Finite-time filtering for fuzzy nonlinear semi-Markov jump systems with deception attacks and aperiodical transmission
Introduction
Over the past half-century, the type-1 Takagi-Sugeno (T-S) fuzzy systems have received extensive attention in the control community because of their ability to deal with nonlinear systems well [1]. Although the type-1 fuzzy set theory can be used to handle nonlinear systems, the parameter uncertainties of nonlinear systems cannot be dealt with well. Fortunately, an interval type-2 (IT2) fuzzy model was developed to model the parameter uncertainties [2]. Subsequently, some research works based on the IT2 fuzzy sets were reported and can be seen in [3], [4], [5], [6].
On the other hand, some random factors directly affect the practical system, such as accidental changes in the environment and damage to system components [7], [8]. As we can observe, the Markov jump systems (MJSs) are an efficacious tool for dealing with these unexpected phenomena [9], [10], [11], [12]. In order to describe the model more accurately, many researchers have given the results of the semi-Markov jump model [13], [14], [15], [16], [17], [18]. The reliable filtering problem was considered for uncertain S-MJSs in [13]. In [14], the fault detection problem was solved for continuous-time IT2 fuzzy S-MJSs. A mixed estimator was designed for a class of nonlinear S-MJSs in [15]. Some other results on S-MJSs can be found in [19], [20], [21]. Moreover, most of the classical control and filtering problems only give stability conditions but do not consider the time for state convergence. Nevertheless, it should worth mentioning that there are certain requirements for the control accuracy and convergence time.

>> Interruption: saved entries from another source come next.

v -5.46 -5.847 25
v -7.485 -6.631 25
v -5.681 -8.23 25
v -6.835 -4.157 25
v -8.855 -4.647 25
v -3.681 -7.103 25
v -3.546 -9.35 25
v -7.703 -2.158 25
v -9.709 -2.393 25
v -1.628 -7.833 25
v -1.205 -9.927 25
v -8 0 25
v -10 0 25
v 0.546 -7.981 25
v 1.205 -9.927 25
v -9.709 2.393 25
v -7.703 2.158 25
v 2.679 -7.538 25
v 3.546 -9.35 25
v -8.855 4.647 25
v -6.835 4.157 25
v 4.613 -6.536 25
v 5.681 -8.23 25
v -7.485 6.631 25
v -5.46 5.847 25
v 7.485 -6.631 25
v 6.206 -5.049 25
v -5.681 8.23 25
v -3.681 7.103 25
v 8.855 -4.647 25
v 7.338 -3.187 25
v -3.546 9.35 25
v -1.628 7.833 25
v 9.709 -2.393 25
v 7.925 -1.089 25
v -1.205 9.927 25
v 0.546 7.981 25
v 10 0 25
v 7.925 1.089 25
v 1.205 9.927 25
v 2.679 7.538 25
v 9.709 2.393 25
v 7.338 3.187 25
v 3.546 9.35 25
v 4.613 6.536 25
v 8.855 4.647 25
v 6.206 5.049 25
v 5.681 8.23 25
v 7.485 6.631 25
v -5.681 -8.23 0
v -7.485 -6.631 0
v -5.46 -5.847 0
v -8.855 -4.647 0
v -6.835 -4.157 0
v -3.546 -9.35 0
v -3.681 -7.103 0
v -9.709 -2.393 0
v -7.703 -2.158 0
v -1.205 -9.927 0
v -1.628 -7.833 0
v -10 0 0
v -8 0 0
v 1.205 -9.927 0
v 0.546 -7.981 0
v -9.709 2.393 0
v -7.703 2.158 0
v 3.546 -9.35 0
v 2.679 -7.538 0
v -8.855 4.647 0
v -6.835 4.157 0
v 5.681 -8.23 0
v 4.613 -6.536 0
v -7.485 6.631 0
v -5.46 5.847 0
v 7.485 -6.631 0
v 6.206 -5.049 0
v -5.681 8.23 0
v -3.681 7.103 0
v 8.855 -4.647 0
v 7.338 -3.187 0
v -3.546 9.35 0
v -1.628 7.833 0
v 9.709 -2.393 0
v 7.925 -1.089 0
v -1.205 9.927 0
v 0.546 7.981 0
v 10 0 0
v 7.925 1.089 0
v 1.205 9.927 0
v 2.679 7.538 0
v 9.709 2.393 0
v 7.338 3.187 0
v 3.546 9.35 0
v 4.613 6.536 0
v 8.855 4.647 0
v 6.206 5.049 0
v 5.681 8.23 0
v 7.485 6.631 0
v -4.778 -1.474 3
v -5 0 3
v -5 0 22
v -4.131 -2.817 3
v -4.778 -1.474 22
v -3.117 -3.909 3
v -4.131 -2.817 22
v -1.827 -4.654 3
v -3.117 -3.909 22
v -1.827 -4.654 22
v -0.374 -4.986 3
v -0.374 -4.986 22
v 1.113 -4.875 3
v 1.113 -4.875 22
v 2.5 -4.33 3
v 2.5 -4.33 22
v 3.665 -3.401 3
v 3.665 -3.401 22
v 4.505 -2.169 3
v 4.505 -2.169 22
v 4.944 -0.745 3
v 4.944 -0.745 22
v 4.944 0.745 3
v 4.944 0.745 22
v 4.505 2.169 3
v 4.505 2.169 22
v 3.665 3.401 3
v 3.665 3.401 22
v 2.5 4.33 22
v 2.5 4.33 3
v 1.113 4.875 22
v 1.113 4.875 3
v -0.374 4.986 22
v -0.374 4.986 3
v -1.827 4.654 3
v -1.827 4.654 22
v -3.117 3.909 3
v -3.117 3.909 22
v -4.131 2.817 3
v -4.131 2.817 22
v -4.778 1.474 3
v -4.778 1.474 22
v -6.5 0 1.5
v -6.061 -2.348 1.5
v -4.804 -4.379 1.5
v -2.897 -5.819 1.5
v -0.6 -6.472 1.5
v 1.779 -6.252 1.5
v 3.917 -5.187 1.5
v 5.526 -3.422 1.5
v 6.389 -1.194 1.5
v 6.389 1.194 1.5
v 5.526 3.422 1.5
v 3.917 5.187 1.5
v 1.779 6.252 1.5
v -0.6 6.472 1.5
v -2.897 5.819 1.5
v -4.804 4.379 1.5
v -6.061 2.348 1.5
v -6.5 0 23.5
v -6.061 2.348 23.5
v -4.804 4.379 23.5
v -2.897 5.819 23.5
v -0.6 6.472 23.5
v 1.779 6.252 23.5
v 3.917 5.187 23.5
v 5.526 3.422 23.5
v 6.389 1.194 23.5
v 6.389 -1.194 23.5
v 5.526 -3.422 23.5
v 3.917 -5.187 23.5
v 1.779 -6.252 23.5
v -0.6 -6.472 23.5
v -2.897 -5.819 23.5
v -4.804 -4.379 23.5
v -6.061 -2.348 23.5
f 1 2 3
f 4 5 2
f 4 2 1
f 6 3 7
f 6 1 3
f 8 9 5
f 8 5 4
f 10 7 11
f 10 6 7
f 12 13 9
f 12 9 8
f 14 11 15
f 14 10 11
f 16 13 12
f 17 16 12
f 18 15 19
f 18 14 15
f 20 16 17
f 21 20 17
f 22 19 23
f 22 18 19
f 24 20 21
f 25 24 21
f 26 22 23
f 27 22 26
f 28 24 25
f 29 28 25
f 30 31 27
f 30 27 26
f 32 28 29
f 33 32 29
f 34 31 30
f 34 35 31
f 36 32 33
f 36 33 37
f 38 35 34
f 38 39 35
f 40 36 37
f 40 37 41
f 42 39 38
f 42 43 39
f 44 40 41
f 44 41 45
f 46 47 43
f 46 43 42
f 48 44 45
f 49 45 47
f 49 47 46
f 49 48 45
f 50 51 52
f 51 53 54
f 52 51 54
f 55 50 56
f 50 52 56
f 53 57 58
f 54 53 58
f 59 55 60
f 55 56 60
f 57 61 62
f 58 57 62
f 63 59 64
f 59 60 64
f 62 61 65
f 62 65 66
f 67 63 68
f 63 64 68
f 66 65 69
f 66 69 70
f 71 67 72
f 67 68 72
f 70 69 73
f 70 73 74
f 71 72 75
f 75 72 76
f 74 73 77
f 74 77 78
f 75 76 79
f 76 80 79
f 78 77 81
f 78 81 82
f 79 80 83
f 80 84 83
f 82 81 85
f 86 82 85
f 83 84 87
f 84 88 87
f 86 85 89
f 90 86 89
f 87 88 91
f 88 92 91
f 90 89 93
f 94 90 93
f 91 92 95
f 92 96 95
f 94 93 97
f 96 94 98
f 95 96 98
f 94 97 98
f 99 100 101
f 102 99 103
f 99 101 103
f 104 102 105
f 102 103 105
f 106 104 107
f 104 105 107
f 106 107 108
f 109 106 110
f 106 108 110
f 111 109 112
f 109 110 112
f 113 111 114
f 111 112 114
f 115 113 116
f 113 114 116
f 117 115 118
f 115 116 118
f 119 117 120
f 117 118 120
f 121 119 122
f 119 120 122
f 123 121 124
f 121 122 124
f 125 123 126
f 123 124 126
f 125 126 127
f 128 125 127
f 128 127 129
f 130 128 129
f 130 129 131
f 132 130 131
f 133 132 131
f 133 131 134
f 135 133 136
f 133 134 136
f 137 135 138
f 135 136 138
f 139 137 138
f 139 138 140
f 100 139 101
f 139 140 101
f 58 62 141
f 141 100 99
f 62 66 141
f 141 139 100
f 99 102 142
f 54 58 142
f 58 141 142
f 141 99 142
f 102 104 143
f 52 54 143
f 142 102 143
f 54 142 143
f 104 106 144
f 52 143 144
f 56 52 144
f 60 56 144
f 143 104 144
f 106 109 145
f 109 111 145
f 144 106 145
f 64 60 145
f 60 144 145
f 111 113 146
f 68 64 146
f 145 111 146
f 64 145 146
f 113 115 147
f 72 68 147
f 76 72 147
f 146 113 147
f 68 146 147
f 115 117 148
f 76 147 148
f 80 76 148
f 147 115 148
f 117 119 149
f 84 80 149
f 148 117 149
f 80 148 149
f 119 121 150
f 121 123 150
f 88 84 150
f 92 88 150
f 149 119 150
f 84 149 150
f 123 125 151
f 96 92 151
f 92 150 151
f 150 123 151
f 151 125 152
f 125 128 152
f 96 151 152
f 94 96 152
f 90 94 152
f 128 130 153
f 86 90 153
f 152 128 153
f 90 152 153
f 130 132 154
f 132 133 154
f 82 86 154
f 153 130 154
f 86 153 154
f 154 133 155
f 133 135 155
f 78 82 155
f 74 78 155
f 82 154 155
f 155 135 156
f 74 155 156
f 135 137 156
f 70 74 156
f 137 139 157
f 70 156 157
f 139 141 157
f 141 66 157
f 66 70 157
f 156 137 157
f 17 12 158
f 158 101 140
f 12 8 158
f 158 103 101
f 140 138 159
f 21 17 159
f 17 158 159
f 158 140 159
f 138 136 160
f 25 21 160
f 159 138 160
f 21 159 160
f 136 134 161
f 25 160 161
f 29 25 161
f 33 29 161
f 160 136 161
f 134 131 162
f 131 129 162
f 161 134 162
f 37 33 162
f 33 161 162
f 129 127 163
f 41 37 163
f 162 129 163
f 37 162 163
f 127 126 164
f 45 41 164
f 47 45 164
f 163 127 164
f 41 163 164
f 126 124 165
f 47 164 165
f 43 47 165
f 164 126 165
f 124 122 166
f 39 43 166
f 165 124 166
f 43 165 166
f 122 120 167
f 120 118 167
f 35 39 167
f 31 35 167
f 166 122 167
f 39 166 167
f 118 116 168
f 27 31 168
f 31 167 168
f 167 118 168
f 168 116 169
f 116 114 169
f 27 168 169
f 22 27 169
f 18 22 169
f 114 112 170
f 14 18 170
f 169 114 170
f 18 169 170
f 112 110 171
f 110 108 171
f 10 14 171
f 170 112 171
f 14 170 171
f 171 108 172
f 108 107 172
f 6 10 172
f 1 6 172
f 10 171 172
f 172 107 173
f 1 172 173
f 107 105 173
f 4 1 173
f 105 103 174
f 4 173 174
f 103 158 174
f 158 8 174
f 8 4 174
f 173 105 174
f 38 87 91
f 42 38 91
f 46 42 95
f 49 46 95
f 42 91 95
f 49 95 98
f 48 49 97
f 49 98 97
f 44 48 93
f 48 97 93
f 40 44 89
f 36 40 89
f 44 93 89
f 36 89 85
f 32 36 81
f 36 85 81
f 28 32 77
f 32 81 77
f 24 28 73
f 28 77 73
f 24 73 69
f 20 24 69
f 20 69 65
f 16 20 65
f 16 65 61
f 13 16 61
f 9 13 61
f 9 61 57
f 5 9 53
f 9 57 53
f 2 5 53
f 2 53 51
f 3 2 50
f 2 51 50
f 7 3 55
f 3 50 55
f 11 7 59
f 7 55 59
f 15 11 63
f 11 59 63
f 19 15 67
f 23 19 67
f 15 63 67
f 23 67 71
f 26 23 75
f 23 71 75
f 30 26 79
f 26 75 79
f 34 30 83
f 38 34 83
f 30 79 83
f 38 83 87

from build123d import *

# Parameters (mm, degrees)
F0_R           = 10
F1_DEPTH       = 25
F3_D           = 10
F3_DEPTH       = 15
F3_CSINK_D     = 16
F3_CSINK_ANGLE = 90
F5_D           = 10
F5_DEPTH       = 15
F5_CSINK_D     = 16
F5_CSINK_ANGLE = 90


with BuildPart() as f1:
    # F0 (on Top) → F1 (new body)
    with BuildSketch(Plane.XY):
        Circle(F0_R)
    extrude(amount=F1_DEPTH)

    # F3
    with Locations(Plane.XY.offset(25)):
        with Locations((0, 0)):
            CounterSinkHole(F3_D / 2, F3_CSINK_D / 2, depth=F3_DEPTH, counter_sink_angle=F3_CSINK_ANGLE)

    # F5
    with Locations(Plane(origin=(0, 0, 0), x_dir=(1, 0, 0), z_dir=(0, 0, -1))):
        with Locations((0, 0)):
            CounterSinkHole(F5_D / 2, F5_CSINK_D / 2, depth=F5_DEPTH, counter_sink_angle=F5_CSINK_ANGLE)


solid = f1.part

Kamenkov proposed the concept of finite time stability, which guarantees the convergence in finite time [22]. Due to the superiority of finite time convergence, it has also been applied to the stability analysis of fuzzy systems, and many results have emerged [23], [24], [25], [26]. The authors in [23] addressed the filtering problem for discrete-time fuzzy systems and proposed a new finite-time stability conditions. For continuous-time MJSs, the authors in [24] provided a robust finite-time control algorithm.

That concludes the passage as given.